A long week with a tiring end. And so today we turn to Alfred Nevin’s account of the Rev. Robert Wilson James…:

…who “was born in Williamsburg District, South Carolina, June 3d, 1793. His father, Captain John, and grandfather, Major John James, were distinguished for their patriotism in the war of the Revolution, and were also consistent members of the Presbyterian Church. He graduated at the South Carolina College in 1813. His theological studies, which were commenced and prosecuted for a time under Rev. James W. Stephenson, and Rev. Dr. M. Wilson, were completed at Princeton Seminary, in 1817. On the 3d of June, of the same year he was licensed by Concord Presbytery (in North Carolina), to preach the gospel, after which he labored for several months, as a missionary within its bounds, in company with the venerable Dr. Hall.”

“In May, 1819, he was ordained and installed over the churches of Indian Town and Bethel, in Williamsburgh District, S.C., where, during a pastorate of nine years, the work of the Lord, to some extent, was made to prosper in his hand, and particularly among the blacks, many of whom became hopeful subjects of grace under his ministry. He subsequently became pastor of Salem Church, in which relation he continued, faithful in labor, for over thirteen years. He died on April 13th, 1841.”

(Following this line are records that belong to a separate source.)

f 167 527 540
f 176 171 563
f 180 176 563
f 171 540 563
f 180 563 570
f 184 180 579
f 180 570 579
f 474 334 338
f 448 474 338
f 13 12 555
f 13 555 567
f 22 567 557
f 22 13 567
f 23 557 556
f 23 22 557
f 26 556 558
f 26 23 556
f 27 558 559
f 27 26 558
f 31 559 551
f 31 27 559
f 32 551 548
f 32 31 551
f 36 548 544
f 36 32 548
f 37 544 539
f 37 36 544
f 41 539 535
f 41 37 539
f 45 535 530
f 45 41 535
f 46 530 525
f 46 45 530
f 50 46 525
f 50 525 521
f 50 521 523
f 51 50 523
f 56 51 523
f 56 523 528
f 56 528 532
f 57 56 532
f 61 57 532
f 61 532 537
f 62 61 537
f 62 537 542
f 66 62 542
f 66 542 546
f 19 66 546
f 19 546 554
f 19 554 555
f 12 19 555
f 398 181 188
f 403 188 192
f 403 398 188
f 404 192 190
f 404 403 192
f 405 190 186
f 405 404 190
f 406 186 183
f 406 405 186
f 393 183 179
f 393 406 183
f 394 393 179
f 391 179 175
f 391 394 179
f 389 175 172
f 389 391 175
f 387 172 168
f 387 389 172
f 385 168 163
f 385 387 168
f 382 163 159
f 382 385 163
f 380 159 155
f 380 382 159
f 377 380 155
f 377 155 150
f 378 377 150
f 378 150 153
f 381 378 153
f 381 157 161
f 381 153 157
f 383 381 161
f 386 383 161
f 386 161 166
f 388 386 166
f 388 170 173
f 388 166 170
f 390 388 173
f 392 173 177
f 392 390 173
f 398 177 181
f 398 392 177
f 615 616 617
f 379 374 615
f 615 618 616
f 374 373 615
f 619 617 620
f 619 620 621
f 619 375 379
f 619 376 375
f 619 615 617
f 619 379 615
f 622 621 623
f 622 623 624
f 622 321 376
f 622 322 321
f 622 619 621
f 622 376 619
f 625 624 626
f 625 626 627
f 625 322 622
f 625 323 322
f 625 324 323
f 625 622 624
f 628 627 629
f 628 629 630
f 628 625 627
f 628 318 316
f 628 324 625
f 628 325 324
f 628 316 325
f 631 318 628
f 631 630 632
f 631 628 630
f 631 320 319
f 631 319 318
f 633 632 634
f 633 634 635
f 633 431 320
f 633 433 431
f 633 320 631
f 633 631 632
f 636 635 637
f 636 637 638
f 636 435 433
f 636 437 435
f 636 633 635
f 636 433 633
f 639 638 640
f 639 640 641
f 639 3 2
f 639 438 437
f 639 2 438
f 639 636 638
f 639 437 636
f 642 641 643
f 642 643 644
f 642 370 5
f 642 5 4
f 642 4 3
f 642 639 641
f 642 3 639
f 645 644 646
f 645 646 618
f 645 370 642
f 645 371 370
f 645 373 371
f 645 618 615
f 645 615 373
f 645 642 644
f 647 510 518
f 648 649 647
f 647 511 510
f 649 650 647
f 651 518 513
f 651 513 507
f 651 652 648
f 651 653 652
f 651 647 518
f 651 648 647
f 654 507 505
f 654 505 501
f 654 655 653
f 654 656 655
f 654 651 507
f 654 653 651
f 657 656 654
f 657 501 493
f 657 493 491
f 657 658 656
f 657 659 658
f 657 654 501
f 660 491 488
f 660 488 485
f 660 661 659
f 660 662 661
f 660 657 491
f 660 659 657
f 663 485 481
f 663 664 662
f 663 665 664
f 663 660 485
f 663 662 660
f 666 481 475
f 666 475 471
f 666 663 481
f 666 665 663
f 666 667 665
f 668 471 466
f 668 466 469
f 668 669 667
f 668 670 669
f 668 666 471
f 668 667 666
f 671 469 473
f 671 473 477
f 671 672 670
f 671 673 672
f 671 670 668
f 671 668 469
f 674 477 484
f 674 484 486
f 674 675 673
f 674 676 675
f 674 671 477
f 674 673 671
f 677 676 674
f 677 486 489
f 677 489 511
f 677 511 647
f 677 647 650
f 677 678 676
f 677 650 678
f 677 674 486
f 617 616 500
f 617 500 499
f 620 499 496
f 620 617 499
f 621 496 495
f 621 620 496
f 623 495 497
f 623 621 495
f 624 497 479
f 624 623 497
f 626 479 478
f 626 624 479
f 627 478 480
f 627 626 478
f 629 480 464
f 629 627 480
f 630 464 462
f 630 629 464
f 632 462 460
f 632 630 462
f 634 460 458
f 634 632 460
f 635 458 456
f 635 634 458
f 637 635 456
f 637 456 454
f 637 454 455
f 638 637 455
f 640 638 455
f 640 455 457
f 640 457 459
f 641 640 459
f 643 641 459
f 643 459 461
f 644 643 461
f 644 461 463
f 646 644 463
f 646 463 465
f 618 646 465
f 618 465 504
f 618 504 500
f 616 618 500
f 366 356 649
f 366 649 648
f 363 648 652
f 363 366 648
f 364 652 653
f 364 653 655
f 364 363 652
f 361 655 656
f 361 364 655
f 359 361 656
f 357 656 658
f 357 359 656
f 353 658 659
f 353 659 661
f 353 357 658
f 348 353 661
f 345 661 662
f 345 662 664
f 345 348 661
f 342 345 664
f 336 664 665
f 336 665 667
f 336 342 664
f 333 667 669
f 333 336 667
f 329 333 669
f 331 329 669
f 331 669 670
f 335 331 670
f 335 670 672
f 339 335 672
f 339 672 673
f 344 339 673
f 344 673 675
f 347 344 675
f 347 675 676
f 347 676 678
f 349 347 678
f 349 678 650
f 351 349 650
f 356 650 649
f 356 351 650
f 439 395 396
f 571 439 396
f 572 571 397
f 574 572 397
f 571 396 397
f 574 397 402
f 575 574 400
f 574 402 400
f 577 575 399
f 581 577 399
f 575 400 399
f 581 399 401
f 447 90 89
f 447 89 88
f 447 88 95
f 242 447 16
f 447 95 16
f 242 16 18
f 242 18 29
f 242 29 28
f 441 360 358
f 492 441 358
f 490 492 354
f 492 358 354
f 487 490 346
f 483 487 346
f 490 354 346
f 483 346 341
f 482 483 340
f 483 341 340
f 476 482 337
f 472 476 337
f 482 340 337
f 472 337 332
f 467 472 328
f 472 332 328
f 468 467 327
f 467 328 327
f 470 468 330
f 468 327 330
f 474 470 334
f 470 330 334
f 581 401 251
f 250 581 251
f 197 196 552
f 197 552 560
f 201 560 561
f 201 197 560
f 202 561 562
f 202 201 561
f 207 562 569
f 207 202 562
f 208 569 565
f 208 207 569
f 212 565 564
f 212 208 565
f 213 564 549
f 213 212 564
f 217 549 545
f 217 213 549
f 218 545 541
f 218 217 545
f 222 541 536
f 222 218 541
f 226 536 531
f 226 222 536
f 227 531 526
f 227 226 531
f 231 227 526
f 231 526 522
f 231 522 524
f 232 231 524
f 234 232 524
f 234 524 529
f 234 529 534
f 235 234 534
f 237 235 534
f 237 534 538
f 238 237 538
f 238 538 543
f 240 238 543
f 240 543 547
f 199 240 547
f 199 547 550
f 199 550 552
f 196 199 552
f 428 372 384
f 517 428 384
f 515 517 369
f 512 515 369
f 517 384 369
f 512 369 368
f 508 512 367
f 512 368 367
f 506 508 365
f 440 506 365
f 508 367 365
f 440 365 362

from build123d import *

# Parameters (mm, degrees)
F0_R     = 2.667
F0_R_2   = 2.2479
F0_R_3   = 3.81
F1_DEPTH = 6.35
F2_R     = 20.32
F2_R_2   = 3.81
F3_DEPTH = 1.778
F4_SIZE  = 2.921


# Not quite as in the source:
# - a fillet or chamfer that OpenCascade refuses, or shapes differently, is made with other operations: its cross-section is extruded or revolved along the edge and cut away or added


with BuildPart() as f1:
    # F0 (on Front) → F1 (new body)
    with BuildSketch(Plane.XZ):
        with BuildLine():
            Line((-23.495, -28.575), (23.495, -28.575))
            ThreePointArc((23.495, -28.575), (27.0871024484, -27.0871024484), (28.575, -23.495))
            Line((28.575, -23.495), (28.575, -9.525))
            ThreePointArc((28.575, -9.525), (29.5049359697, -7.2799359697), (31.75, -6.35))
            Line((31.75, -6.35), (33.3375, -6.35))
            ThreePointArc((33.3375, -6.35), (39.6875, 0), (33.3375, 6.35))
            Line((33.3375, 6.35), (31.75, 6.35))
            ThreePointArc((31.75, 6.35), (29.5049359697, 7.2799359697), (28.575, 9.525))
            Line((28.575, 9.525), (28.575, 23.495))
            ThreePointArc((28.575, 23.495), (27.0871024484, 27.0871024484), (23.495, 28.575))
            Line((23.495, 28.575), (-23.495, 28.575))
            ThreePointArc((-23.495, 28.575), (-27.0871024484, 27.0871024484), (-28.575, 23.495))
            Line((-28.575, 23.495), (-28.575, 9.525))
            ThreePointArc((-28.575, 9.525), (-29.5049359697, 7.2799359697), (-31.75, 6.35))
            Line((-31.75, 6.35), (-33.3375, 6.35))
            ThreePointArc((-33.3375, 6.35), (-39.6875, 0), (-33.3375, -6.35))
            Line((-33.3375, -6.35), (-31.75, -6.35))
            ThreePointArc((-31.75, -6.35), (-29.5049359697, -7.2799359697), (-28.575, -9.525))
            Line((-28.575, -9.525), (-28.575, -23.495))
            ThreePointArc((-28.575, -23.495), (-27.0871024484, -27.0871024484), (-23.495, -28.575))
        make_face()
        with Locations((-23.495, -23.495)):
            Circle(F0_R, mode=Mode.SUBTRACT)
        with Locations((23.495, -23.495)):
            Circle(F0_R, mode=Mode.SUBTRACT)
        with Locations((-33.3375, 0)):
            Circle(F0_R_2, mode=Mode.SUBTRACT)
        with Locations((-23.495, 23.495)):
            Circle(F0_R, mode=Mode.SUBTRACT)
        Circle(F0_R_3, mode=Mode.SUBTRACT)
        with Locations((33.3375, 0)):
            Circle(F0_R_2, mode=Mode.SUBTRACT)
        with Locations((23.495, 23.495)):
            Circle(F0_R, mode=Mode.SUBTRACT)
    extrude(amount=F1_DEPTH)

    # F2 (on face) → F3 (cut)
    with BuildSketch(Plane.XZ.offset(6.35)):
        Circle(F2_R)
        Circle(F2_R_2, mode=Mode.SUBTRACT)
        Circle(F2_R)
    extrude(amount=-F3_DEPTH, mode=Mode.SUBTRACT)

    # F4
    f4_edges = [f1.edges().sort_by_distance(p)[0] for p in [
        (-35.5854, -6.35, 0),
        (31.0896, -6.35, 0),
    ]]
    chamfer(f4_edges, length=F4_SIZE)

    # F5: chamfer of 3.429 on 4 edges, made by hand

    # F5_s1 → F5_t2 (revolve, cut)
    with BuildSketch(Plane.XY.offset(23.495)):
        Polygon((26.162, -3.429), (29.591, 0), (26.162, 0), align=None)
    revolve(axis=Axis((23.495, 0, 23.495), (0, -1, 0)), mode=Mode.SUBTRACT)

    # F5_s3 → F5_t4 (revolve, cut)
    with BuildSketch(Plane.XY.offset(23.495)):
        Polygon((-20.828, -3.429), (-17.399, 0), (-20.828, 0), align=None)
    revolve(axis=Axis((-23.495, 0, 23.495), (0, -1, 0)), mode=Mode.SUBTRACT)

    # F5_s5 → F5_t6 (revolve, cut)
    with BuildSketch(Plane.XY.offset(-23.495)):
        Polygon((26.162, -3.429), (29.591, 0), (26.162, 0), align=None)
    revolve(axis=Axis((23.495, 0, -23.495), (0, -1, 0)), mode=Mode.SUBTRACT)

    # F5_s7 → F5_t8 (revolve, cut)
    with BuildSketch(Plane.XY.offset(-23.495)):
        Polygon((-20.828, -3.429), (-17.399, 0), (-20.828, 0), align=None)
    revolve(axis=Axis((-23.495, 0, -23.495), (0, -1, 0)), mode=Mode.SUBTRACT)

“As a minister, Mr. James was both doctrinal and practical. In his public ministrations he gave special attention to the African American portion of his flock. As a theologian, he was much respected by his brethren. As a member of the judicatories of the Church, his opinions were highly valued, and often determined the most important questions. His mouth and his purse were ever open to advance the institutions of religion and learning. As a man, he was truly benevolent, gentle and urbane, and possessed that kind of magnanimity  which led him cordially to despise everything that was envious, little, or selfish. As a Christian, he was exemplary, and enjoyed the comforts of that religion which he preached to others. His death was one of triumph.”

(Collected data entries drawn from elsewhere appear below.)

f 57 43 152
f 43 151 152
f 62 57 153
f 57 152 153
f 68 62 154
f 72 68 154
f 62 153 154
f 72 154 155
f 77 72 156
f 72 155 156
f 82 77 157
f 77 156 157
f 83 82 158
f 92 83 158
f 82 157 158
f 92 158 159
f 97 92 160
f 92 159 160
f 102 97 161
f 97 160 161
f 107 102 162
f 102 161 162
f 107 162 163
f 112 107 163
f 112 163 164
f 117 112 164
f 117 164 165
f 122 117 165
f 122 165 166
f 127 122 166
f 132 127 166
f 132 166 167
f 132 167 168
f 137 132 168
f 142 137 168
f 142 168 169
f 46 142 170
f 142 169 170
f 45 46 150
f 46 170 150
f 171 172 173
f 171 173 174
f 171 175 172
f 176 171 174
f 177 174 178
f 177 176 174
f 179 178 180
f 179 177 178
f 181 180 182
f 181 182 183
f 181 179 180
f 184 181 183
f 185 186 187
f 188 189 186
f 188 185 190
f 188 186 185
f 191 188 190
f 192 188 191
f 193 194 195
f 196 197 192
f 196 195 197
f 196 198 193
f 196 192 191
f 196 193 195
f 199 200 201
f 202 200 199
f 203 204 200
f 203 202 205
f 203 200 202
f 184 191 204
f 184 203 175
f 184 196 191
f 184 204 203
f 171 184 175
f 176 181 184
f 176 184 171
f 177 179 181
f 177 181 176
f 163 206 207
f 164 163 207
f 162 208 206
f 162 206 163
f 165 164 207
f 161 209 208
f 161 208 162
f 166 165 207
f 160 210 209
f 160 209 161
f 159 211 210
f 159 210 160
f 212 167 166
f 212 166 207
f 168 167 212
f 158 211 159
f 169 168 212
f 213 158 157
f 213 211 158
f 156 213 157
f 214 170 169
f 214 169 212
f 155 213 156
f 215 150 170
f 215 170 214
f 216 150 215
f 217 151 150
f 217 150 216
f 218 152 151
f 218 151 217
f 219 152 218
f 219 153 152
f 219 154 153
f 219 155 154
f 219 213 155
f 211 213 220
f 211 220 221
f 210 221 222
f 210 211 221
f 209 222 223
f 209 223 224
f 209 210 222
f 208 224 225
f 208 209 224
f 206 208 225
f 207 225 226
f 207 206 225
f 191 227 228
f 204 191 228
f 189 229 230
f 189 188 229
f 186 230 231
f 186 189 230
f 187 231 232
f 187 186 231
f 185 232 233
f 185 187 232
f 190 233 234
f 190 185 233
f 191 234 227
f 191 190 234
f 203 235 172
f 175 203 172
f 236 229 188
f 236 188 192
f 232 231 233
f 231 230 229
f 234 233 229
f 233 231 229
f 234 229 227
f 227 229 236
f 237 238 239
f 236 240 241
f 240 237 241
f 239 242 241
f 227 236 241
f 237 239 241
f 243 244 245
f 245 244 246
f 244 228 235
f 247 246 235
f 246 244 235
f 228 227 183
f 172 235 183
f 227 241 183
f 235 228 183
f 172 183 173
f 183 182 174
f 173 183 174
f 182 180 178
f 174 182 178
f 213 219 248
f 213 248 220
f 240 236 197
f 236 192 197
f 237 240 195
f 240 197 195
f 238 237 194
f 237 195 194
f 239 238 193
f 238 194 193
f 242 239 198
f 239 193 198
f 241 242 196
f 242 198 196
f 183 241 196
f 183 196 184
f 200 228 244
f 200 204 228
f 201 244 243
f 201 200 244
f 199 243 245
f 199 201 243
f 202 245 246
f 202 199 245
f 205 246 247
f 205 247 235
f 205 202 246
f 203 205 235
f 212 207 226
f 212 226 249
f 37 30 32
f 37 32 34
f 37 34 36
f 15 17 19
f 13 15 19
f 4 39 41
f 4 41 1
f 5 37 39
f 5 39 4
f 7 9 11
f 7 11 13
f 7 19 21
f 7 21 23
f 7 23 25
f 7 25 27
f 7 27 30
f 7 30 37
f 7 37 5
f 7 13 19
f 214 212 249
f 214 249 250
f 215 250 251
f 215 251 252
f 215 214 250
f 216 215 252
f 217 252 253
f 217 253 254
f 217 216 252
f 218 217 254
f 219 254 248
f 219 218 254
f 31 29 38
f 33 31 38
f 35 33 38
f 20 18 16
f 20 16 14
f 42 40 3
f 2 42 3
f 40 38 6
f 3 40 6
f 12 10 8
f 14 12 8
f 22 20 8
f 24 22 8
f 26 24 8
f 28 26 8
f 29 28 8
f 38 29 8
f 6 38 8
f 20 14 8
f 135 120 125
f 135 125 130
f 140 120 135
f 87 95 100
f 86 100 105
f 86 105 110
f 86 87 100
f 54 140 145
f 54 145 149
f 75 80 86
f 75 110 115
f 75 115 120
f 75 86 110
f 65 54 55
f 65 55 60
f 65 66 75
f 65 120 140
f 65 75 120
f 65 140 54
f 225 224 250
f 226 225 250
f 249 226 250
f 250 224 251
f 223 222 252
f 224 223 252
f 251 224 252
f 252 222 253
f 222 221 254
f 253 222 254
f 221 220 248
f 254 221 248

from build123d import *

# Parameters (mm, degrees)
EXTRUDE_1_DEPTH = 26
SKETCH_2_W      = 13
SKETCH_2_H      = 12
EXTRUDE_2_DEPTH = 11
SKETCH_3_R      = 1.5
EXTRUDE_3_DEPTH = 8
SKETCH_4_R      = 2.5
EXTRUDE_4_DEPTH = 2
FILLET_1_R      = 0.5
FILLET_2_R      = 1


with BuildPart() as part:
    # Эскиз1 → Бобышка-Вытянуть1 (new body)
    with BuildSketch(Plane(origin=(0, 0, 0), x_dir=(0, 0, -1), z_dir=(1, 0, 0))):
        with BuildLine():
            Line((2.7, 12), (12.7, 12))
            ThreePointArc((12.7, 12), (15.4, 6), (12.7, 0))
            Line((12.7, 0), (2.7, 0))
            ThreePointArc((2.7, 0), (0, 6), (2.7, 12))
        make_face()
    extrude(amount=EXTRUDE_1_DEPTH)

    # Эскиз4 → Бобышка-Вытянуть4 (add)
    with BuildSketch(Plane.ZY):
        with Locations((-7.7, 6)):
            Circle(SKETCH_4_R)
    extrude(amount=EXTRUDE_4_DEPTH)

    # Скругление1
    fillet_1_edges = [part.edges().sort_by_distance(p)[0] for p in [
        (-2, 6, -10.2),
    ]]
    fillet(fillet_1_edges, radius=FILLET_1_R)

It should also be mentioned that Rev. James was the uncle of John Leighton Wilson, and that he had a very formative influence on John’s decision to pursue the ministry and more, to pursue the work of missions in Africa. From the Memoir of the Rev. John Leighton Wilson, we read that Rev. James was one of the eminent pastors in South Carolina, and of his influence on young John Leighton, that

“what more natural than that his uncle, so well known for learning and piety, should be to him a pattern he might safely imitate? He visited frequently at his home, had access to his rare and ample library, sat under his ministry, listened to his counsels, and spent one winter under his roof. The nephew was the minister’s friend and young companion. Blessed relationship !”

The Rev. Thomas R. English gave the funeral sermon for Rev. James. A Sermon:
Preached in Salem Church February 6th, 1842 in Commemoration of Its Late Pastor Rev. Robert Wilson James. (A. E. Miller, 1842), 23 p.

To view pictures of his grave site, click here.

Words to Live By:
The relationship of mentor to student does not always have to be a formal one, in order to be effective. Discipleship not only can take place in informal settings, but is probably all the more effective in the more real situations and places of everyday life. Growth in your own Christian walk is but one benefit of discipling or mentoring a younger believer. Pray that the Lord would give you the opportunity to share your faith in Christ.